Thank you in advance!

EDIT: I was asked to provide a reproducible example, but to do that I'd have to link SO to the entire project, since this is an issue of scale. Here's a toy version of what I'm doing for the sake of completeness. Just imagine there were large files describing hundreds of nouns, hundreds of verbs, and hundreds of syntactic structures.

sent(sent(VP, NP)) --> vp(VP), np(NP).
vp(vp(V)) --> v(V).
np(np(Qty, Noun)) --> qty(Qty), n(Noun).
scalar(scalar(3)) --> ["three"].
scalar(scalar(X)) --> [Y], { atom_number(Y, X) }.

qty(qty(Scalar)) --> scalar(Scalar).
v(v(eat)) --> ["eat"].
n(n(pie)) --> ["pie"].
2
Can you give a reproducible example? Like, the full code you run and the data you run it on? In principle, better indexing could help.The rule you have at the moment does indeed look slightly suspicios, but I wouldn't know what to measure.User9213
What kind of lists are your parsing? List of strings or atoms?false
Two responses before I even woke up, thank you both! User9213: I'll definitely be open-sourcing this project down the line, but at the moment the house is pretty messy and not quite ready for guests, so to speak. May I send you something when it does reach a better state? For now, indexing seems like a promising lead, thank you. false: Sorry, was loose with my terminology -- it's always lists of strings at the root level, I'm feeding in sentences that ["have", "been", "tokenized", "like ", "this", ":"]. These get converted into trees that contain atoms, like: vp(v(tokenize)).Erik G
Hi, open sourcing was not what I meant. Just give us, in the question, enough code and some example data so that we can run the code, then hopefully improve it, then compare to the original.User9213
No, it can be much better than what you are doing at the moment. I am currently writing the code for an answer. You should probably show the 30-word string that causes your predicate to take 3 minutes.User9213

2 Answers

5
votes

One aspect of your program that you might investigate is to make sure individual predicates succeed quickly and fail quickly. This is particularly useful to check for predicates that have many clauses.

For instance, when scalar(X) is evaluated on a token that is not a scalar then the program will have to try 31 (by your last count) times before it can determine that scalar//1 fails.

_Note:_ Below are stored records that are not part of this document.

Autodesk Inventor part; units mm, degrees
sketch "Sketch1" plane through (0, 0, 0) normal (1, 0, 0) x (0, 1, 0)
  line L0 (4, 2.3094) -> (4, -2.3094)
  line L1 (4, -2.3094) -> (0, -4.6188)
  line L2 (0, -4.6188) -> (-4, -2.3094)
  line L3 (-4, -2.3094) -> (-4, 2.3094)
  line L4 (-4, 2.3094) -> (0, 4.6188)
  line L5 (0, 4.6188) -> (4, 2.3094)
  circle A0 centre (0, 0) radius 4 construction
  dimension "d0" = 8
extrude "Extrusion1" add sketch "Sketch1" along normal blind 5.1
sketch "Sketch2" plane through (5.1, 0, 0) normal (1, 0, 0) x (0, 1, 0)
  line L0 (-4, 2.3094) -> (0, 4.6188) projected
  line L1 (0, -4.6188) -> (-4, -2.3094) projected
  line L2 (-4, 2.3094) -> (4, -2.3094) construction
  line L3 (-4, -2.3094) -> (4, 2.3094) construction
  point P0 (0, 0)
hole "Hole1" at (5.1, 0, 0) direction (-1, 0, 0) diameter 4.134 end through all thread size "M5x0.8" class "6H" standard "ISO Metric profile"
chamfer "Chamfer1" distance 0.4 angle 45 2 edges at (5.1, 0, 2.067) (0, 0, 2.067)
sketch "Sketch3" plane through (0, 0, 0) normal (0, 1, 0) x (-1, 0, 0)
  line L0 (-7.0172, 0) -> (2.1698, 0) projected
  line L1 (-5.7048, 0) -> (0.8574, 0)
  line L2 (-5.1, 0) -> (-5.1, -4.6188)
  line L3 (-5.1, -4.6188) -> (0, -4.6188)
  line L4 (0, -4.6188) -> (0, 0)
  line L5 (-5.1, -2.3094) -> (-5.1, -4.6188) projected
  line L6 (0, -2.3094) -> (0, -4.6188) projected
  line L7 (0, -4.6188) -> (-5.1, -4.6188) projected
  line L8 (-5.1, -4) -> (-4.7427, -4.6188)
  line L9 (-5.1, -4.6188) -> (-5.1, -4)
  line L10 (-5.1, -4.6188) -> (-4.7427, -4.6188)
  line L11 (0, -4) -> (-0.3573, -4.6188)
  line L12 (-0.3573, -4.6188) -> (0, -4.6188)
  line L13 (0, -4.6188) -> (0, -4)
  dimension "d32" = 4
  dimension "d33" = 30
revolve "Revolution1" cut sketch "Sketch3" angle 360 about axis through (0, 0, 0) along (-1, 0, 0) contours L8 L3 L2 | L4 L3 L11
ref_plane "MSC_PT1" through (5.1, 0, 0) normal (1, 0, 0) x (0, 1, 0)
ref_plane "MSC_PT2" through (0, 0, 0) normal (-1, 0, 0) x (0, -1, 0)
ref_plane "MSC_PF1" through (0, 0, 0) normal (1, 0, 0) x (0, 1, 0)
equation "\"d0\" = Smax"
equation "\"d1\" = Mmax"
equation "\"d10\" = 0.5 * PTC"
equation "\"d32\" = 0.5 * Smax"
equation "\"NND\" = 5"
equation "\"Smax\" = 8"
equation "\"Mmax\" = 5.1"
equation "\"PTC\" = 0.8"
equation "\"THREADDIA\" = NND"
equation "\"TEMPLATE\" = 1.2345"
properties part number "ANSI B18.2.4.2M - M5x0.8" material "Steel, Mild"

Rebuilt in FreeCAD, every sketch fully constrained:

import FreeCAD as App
import Part
import Sketcher
Q = App.Units.Quantity


def edges_at(feature, points):
    """Names of the edges that pass closest to the given points."""
    edges = feature.Shape.Edges
    near = lambda p: min(range(len(edges)), key=lambda i: edges[i].distToShape(Part.Vertex(*p))[0])
    return sorted({f"Edge{near(p) + 1}" for p in points})

doc = App.newDocument("Part")
body = doc.addObject("PartDesign::Body", "Body")

sketch1 = body.newObject("Sketcher::SketchObject", "Sketch")
sketch1.AttachmentSupport = (doc.getObject("YZ_Plane"), [""])
sketch1.MapMode = "FlatFace"
sketch1.addGeometry(Part.LineSegment(App.Vector(4, -2.3, 0), App.Vector(4, 2.3, 0)), False)
sketch1.addGeometry(Part.LineSegment(App.Vector(4, 2.3, 0), App.Vector(0, 4.6, 0)), False)
sketch1.addGeometry(Part.LineSegment(App.Vector(0, 4.6, 0), App.Vector(-4, 2.3, 0)), False)
sketch1.addGeometry(Part.LineSegment(App.Vector(-4, 2.3, 0), App.Vector(-4, -2.3, 0)), False)
sketch1.addGeometry(Part.LineSegment(App.Vector(-4, -2.3, 0), App.Vector(0, -4.6, 0)), False)
sketch1.addGeometry(Part.LineSegment(App.Vector(0, -4.6, 0), App.Vector(4, -2.3, 0)), False)
sketch1.addConstraint(Sketcher.Constraint("Coincident", 0, 2, 1, 1))
sketch1.addConstraint(Sketcher.Constraint("Coincident", 1, 2, 2, 1))
sketch1.addConstraint(Sketcher.Constraint("Coincident", 2, 2, 3, 1))
sketch1.addConstraint(Sketcher.Constraint("Coincident", 3, 2, 4, 1))
sketch1.addConstraint(Sketcher.Constraint("Coincident", 4, 2, 5, 1))
sketch1.addConstraint(Sketcher.Constraint("Coincident", 5, 2, 0, 1))
sketch1.addConstraint(Sketcher.Constraint("Vertical", 0))
sketch1.addConstraint(Sketcher.Constraint("Vertical", 3))
sketch1.addConstraint(Sketcher.Constraint("Symmetric", 0, 2, 3, 2, -1, 1))
sketch1.addConstraint(Sketcher.Constraint("Symmetric", 1, 2, 4, 2, -1, 1))
sketch1.addConstraint(Sketcher.Constraint("PointOnObject", 1, 2, -2))
sketch1.addConstraint(Sketcher.Constraint("Parallel", 2, 5))
sketch1.addConstraint(Sketcher.Constraint("Horizontal", 0, 2, 2, 2))
sketch1.addConstraint(Sketcher.Constraint("DistanceX", 2, 2, 0, 2, Q("8 mm")))
sketch1.addConstraint(Sketcher.Constraint("Angle", 1, Q("150 deg")))
sketch1.addConstraint(Sketcher.Constraint("DistanceY", 0, 1, 0, 2, Q("4.6188 mm")))
pad1 = body.newObject("PartDesign::Pad", "Pad")
pad1.Profile = sketch1
pad1.Length = 5.1

sketch2 = body.newObject("Sketcher::SketchObject", "Sketch001")
sketch2.AttachmentSupport = (doc.getObject("YZ_Plane"), [""])
sketch2.MapMode = "FlatFace"
sketch2.AttachmentOffset = App.Placement(App.Vector(0, 0, 5.1), App.Rotation())
sketch2.addGeometry(Part.Circle(App.Vector(0, 0, 0), App.Vector(0, 0, 1), 2.1), False)
sketch2.addConstraint(Sketcher.Constraint("Coincident", 0, 3, -1, 1))
sketch2.addConstraint(Sketcher.Constraint("Diameter", 0, Q("4.134 mm")))
doc.recompute()
hole = body.newObject("PartDesign::Hole", "Hole")
hole.Profile = sketch2
hole.ThreadType = "None"
hole.Diameter = 4.134
hole.DepthType = "ThroughAll"
doc.recompute()

chamfer = body.newObject("PartDesign::Chamfer", "Chamfer")
chamfer.Base = (hole, edges_at(hole, [(5.1, 0, 2.067), (0, 0, 2.067)]))
chamfer.Size = 0.4

sketch3 = body.newObject("Sketcher::SketchObject", "Sketch002")
sketch3.AttachmentSupport = (doc.getObject("XZ_Plane"), [""])
sketch3.MapMode = "FlatFace"
sketch3.addGeometry(Part.LineSegment(App.Vector(4.74, -4.62, 0), App.Vector(5.1, -4, 0)), False)
sketch3.addGeometry(Part.LineSegment(App.Vector(5.1, -4, 0), App.Vector(5.1, -4.62, 0)), False)
sketch3.addGeometry(Part.LineSegment(App.Vector(5.1, -4.62, 0), App.Vector(4.74, -4.62, 0)), False)
sketch3.addGeometry(Part.LineSegment(App.Vector(0, -4.62, 0), App.Vector(0, -4, 0)), False)
sketch3.addGeometry(Part.LineSegment(App.Vector(0, -4, 0), App.Vector(0.36, -4.62, 0)), False)
sketch3.addGeometry(Part.LineSegment(App.Vector(0.36, -4.62, 0), App.Vector(0, -4.62, 0)), False)
sketch3.addConstraint(Sketcher.Constraint("Coincident", 0, 2, 1, 1))
sketch3.addConstraint(Sketcher.Constraint("Coincident", 1, 2, 2, 1))
sketch3.addConstraint(Sketcher.Constraint("Coincident", 2, 2, 0, 1))
sketch3.addConstraint(Sketcher.Constraint("Coincident", 3, 2, 4, 1))
sketch3.addConstraint(Sketcher.Constraint("Coincident", 4, 2, 5, 1))
sketch3.addConstraint(Sketcher.Constraint("Coincident", 5, 2, 3, 1))
sketch3.addConstraint(Sketcher.Constraint("Vertical", 1))
sketch3.addConstraint(Sketcher.Constraint("Horizontal", 2))
sketch3.addConstraint(Sketcher.Constraint("Vertical", 3))
sketch3.addConstraint(Sketcher.Constraint("Horizontal", 5))
sketch3.addConstraint(Sketcher.Constraint("PointOnObject", 3, 2, -2))
sketch3.addConstraint(Sketcher.Constraint("Horizontal", 0, 2, 3, 2))
sketch3.addConstraint(Sketcher.Constraint("Horizontal", 2, 2, 4, 2))
sketch3.addConstraint(Sketcher.Constraint("Equal", 2, 5))
sketch3.addConstraint(Sketcher.Constraint("DistanceY", 0, 2, -1, 1, Q("4 mm")))
sketch3.addConstraint(Sketcher.Constraint("DistanceX", -1, 1, 0, 2, Q("5.1 mm")))
sketch3.addConstraint(Sketcher.Constraint("DistanceX", 2, 2, 2, 1, Q("0.3573 mm")))
sketch3.addConstraint(Sketcher.Constraint("DistanceY", 1, 2, 1, 1, Q("0.6188 mm")))
groove = body.newObject("PartDesign::Groove", "Groove")
groove.Profile = sketch3
groove.ReferenceAxis = (sketch3, ["H_Axis"])
groove.Angle = 360

doc.recompute()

If the structure of your program is such that scalar(X) is checked against every token then this could be very expensive.

Further, if scalar(X) does happen to find that a token matches but a subsequent goal fails then it appears that your program will retry the scalar(X) until all of the scalar//1 clauses have been attempted.

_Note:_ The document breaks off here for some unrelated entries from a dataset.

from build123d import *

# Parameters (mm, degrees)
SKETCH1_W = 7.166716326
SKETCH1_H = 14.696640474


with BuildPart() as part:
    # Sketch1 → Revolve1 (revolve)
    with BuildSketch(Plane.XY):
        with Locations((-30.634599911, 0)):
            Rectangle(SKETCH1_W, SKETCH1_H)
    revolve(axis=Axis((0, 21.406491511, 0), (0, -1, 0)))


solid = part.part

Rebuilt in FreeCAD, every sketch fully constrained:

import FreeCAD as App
import Part
import Sketcher

V = App.Vector
Q = App.Units.Quantity


def add_polygon(sketch, points):
    """Adds a closed chain of lines whose ends are joined by coincident constraints."""
    first, n = sketch.GeometryCount, len(points)
    for a, b in zip(points, points[1:] + points[:1]):
        sketch.addGeometry(Part.LineSegment(App.Vector(*a, 0), App.Vector(*b, 0)), False)
    for i in range(n):
        sketch.addConstraint(Sketcher.Constraint("Coincident", first + i, 2, first + (i + 1) % n, 1))

doc = App.newDocument("Part")
body = doc.addObject("PartDesign::Body", "Body")

# Sketch on XY plane
sketch1 = body.newObject("Sketcher::SketchObject", "Sketch")
sketch1.AttachmentSupport = (doc.getObject("XY_Plane"), [""])
sketch1.MapMode = "FlatFace"
add_polygon(sketch1, [(-34.217958, 7.34832), (-34.217958, -7.34832), (-27.051242, -7.34832), (-27.051242, 7.34832)])  # lines 0-3
sketch1.addConstraint([
    Sketcher.Constraint("Vertical", 0),
    Sketcher.Constraint("Horizontal", 1),
    Sketcher.Constraint("Vertical", 2),
    Sketcher.Constraint("Horizontal", 3),
    Sketcher.Constraint("DistanceY", 0, 2, 0, 1, Q("14.69664 mm")),
    Sketcher.Constraint("DistanceX", 1, 1, 1, 2, Q("7.166716 mm")),
    Sketcher.Constraint("DistanceX", 0, 2, -1, 1, Q("34.217958 mm")),
    Sketcher.Constraint("DistanceY", 0, 2, -1, 1, Q("7.34832 mm")),
])
revolution = body.newObject("PartDesign::Revolution", "Revolution")
revolution.Profile = sketch1
revolution.ReferenceAxis = (sketch1, ["V_Axis"])
revolution.Angle = 360

doc.recompute()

The judicious use of cut (!) or if-then-else (C1->G1;C2->G2;G3) can provide a tremendous performance improvement. Or you can structure your predicates so that they rely on indexing to select the appropriate clause. E.g.:

scalar(scalar(N)) --> [Token], {scalar1(Token, scalar(N))}.

scalar1("3", scalar(3)) :- !.
scalar1(Y, scalar(X)) :- atom_number(Y, X).

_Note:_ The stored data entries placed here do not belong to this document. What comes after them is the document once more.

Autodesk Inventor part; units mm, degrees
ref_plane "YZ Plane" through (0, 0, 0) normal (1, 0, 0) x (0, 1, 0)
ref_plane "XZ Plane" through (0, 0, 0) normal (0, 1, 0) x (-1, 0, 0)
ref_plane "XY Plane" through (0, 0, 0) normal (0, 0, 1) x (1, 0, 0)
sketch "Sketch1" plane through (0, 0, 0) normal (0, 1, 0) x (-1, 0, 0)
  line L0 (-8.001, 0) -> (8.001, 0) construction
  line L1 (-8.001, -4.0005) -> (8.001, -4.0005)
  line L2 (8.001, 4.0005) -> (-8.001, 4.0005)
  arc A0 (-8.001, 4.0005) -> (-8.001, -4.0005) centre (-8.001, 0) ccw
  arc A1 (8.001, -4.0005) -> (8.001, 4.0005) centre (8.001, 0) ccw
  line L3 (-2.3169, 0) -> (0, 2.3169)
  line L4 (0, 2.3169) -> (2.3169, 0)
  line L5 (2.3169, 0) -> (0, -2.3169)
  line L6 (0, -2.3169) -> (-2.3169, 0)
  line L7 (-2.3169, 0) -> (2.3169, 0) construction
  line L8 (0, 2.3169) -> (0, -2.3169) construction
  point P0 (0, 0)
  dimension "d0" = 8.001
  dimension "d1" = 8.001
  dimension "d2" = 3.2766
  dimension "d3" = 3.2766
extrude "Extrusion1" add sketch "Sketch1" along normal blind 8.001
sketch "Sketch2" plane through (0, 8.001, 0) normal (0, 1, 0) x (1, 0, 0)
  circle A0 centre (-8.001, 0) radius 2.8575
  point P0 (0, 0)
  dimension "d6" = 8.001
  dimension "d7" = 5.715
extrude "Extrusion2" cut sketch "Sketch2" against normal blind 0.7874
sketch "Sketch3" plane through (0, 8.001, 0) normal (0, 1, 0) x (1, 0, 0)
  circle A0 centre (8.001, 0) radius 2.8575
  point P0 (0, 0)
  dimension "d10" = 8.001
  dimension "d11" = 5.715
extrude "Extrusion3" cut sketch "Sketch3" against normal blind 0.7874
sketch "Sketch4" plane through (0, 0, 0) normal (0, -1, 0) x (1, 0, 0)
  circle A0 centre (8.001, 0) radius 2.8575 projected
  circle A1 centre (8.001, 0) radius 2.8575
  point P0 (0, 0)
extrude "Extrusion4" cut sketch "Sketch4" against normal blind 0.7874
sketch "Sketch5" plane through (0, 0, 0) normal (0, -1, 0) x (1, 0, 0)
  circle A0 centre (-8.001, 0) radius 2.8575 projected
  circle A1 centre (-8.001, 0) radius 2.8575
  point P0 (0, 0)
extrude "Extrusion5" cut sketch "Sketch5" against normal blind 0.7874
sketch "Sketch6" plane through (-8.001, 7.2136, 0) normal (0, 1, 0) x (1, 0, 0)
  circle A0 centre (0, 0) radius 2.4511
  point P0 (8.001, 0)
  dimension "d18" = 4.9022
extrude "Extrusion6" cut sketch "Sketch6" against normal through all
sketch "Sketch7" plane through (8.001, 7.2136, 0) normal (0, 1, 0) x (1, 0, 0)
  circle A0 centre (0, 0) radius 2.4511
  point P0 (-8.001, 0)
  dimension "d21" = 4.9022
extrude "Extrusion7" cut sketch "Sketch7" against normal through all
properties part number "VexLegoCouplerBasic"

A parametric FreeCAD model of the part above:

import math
import FreeCAD as App
import Part
import Sketcher
from FreeCAD import Vector
Q = App.Units.Quantity

doc = App.newDocument("Part")
body = doc.addObject("PartDesign::Body", "Body")

# Sketch on XZ plane
sketch1 = doc.addObject("Sketcher::SketchObject", "Sketch")
body.addObject(sketch1)
sketch1.AttachmentSupport = (doc.XZ_Plane, [""])
sketch1.MapMode = "FlatFace"
sketch1.addGeometry([
    Part.ArcOfCircle(Part.Circle(Vector(8, 0, 0), Vector(0, 0, 1), 4), math.radians(-90), math.radians(90)),  # 0
    Part.LineSegment(Vector(8, -4, 0), Vector(-8, -4, 0)),  # 1
    Part.ArcOfCircle(Part.Circle(Vector(-8, 0, 0), Vector(0, 0, 1), 4), math.radians(90), math.radians(270)),  # 2
    Part.LineSegment(Vector(-8, 4, 0), Vector(8, 4, 0)),  # 3
    Part.LineSegment(Vector(0, -2.3, 0), Vector(2.3, 0, 0)),  # 4
    Part.LineSegment(Vector(2.3, 0, 0), Vector(0, 2.3, 0)),  # 5
    Part.LineSegment(Vector(0, 2.3, 0), Vector(-2.3, 0, 0)),  # 6
    Part.LineSegment(Vector(-2.3, 0, 0), Vector(0, -2.3, 0)),  # 7
], False)
sketch1.addConstraint([
    Sketcher.Constraint("Tangent", 0, 1, 1, 1),
    Sketcher.Constraint("Tangent", 1, 2, 2, 2),
    Sketcher.Constraint("Tangent", 2, 1, 3, 1),
    Sketcher.Constraint("Tangent", 3, 2, 0, 2),
    Sketcher.Constraint("Coincident", 4, 2, 5, 1),
    Sketcher.Constraint("Coincident", 5, 2, 6, 1),
    Sketcher.Constraint("Coincident", 6, 2, 7, 1),
    Sketcher.Constraint("Coincident", 7, 2, 4, 1),
    Sketcher.Constraint("Horizontal", 1),
    Sketcher.Constraint("Horizontal", 3),
    Sketcher.Constraint("Symmetric", 0, 3, 2, 3, -1, 1),
    Sketcher.Constraint("Symmetric", 4, 2, 6, 2, -1, 1),
    Sketcher.Constraint("Symmetric", 5, 2, 7, 2, -1, 1),
    Sketcher.Constraint("PointOnObject", 4, 2, -1),
    Sketcher.Constraint("PointOnObject", 5, 2, -2),
    Sketcher.Constraint("Perpendicular", 4, 5),
    Sketcher.Constraint("Radius", 0, Q("0.1575 in")),
    Sketcher.Constraint("Distance", 4, Q("0.129 in")),
    Sketcher.Constraint("DistanceX", -1, 1, 0, 3, Q("0.315 in")),
])
pad1 = doc.addObject("PartDesign::Pad", "Pad")
body.addObject(pad1)
pad1.Profile = sketch1
pad1.Length = Q("0.315 in")
pad1.Reversed = True

# Sketch on XZ plane
sketch2 = doc.addObject("Sketcher::SketchObject", "Sketch001")
body.addObject(sketch2)
sketch2.AttachmentSupport = (doc.XZ_Plane, [""])
sketch2.MapMode = "FlatFace"
sketch2.AttachmentOffset = App.Placement(Vector(0, 0, -0.315 * 25.4), App.Rotation())
sketch2.addGeometry(Part.Circle(Vector(-8, 0, 0), Vector(0, 0, 1), 2.9), False)
sketch2.addConstraint([
    Sketcher.Constraint("PointOnObject", 0, 3, -1),
    Sketcher.Constraint("Diameter", 0, Q("0.225 in")),
    Sketcher.Constraint("DistanceX", 0, 3, -1, 1, Q("0.315 in")),
])
pocket1 = doc.addObject("PartDesign::Pocket", "Pocket")
body.addObject(pocket1)
pocket1.Profile = sketch2
pocket1.Length = Q("0.031 in")
pocket1.Reversed = True

# Sketch on XZ plane
sketch3 = doc.addObject("Sketcher::SketchObject", "Sketch002")
body.addObject(sketch3)
sketch3.AttachmentSupport = (doc.XZ_Plane, [""])
sketch3.MapMode = "FlatFace"
sketch3.AttachmentOffset = App.Placement(Vector(0, 0, -0.315 * 25.4), App.Rotation())
sketch3.addGeometry(Part.Circle(Vector(8, 0, 0), Vector(0, 0, 1), 2.9), False)
sketch3.addConstraint([
    Sketcher.Constraint("PointOnObject", 0, 3, -1),
    Sketcher.Constraint("Diameter", 0, Q("0.225 in")),
    Sketcher.Constraint("DistanceX", -1, 1, 0, 3, Q("0.315 in")),
])
pocket2 = doc.addObject("PartDesign::Pocket", "Pocket001")
body.addObject(pocket2)
pocket2.Profile = sketch3
pocket2.Length = Q("0.031 in")
pocket2.Reversed = True

# Sketch on XZ plane
sketch4 = doc.addObject("Sketcher::SketchObject", "Sketch003")
body.addObject(sketch4)
sketch4.AttachmentSupport = (doc.XZ_Plane, [""])
sketch4.MapMode = "FlatFace"
sketch4.addGeometry(Part.Circle(Vector(8, 0, 0), Vector(0, 0, 1), 2.9), False)
sketch4.addConstraint([
    Sketcher.Constraint("PointOnObject", 0, 3, -1),
    Sketcher.Constraint("Diameter", 0, Q("0.225 in")),
    Sketcher.Constraint("DistanceX", -1, 1, 0, 3, Q("0.315 in")),
])
pocket3 = doc.addObject("PartDesign::Pocket", "Pocket002")
body.addObject(pocket3)
pocket3.Profile = sketch4
pocket3.Length = Q("0.031 in")

# Sketch on XZ plane
sketch5 = doc.addObject("Sketcher::SketchObject", "Sketch004")
body.addObject(sketch5)
sketch5.AttachmentSupport = (doc.XZ_Plane, [""])
sketch5.MapMode = "FlatFace"
sketch5.addGeometry(Part.Circle(Vector(-8, 0, 0), Vector(0, 0, 1), 2.9), False)
sketch5.addConstraint([
    Sketcher.Constraint("PointOnObject", 0, 3, -1),
    Sketcher.Constraint("Diameter", 0, Q("0.225 in")),
    Sketcher.Constraint("DistanceX", 0, 3, -1, 1, Q("0.315 in")),
])
pocket4 = doc.addObject("PartDesign::Pocket", "Pocket003")
body.addObject(pocket4)
pocket4.Profile = sketch5
pocket4.Length = Q("0.031 in")

# Sketch on XZ plane
sketch6 = doc.addObject("Sketcher::SketchObject", "Sketch005")
body.addObject(sketch6)
sketch6.AttachmentSupport = (doc.XZ_Plane, [""])
sketch6.MapMode = "FlatFace"
sketch6.AttachmentOffset = App.Placement(Vector(0, 0, -0.284 * 25.4), App.Rotation())
sketch6.addGeometry(Part.Circle(Vector(-8, 0, 0), Vector(0, 0, 1), 2.5), False)
sketch6.addConstraint([
    Sketcher.Constraint("PointOnObject", 0, 3, -1),
    Sketcher.Constraint("Diameter", 0, Q("0.193 in")),
    Sketcher.Constraint("DistanceX", 0, 3, -1, 1, Q("0.315 in")),
])
pocket5 = doc.addObject("PartDesign::Pocket", "Pocket004")
body.addObject(pocket5)
pocket5.Profile = sketch6
pocket5.Type = "ThroughAll"
pocket5.Reversed = True

# Sketch on XZ plane
sketch7 = doc.addObject("Sketcher::SketchObject", "Sketch006")
body.addObject(sketch7)
sketch7.AttachmentSupport = (doc.XZ_Plane, [""])
sketch7.MapMode = "FlatFace"
sketch7.AttachmentOffset = App.Placement(Vector(0, 0, -0.284 * 25.4), App.Rotation())
sketch7.addGeometry(Part.Circle(Vector(8, 0, 0), Vector(0, 0, 1), 2.5), False)
sketch7.addConstraint([
    Sketcher.Constraint("PointOnObject", 0, 3, -1),
    Sketcher.Constraint("Diameter", 0, Q("0.193 in")),
    Sketcher.Constraint("DistanceX", -1, 1, 0, 3, Q("0.315 in")),
])
pocket6 = doc.addObject("PartDesign::Pocket", "Pocket005")
body.addObject(pocket6)
pocket6.Profile = sketch7
pocket6.Type = "ThroughAll"
pocket6.Reversed = True

doc.recompute()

This uses both cut and clause indexing (if the compiler provides it) with the scalar1/1 predicate.

EDIT: You should read R. A. O'Keefe's The Craft of Prolog. It is an excellent guide to the practical aspects of Prolog.

0
votes

Here's how I've tackled performance and optimization problems as a novice Prologer.

1.) Introduce timeouts to your application. I'm calling Prolog via the subprocess module in Python 3.6, and that allows you to set a timeout. As I've worked with my code base more, I've got a pretty good sense of how long a successful parse might take, and can assume anything taking longer is not going to work.

2.) Make use of the graphical profiler that's packaged in the swi-prolog IDE. This gives a lot more insight, as you can bounce around the call tree. I found it particularly helpful to sort predicates by the execution time of their children. Before I was thinking about it like pollution in a river. "Man, there's a lot of junk floating in here," I thought, not considering that upstream some factories were contributing a lot of that junk.

As for how to optimize a DCG without hurting the semantics & expressivity of one's grammar, I think that will have to be a question for another Stack Overflow. And as for my initial question, that's still an open one -- predicates that seem simple (to me) take quite a while.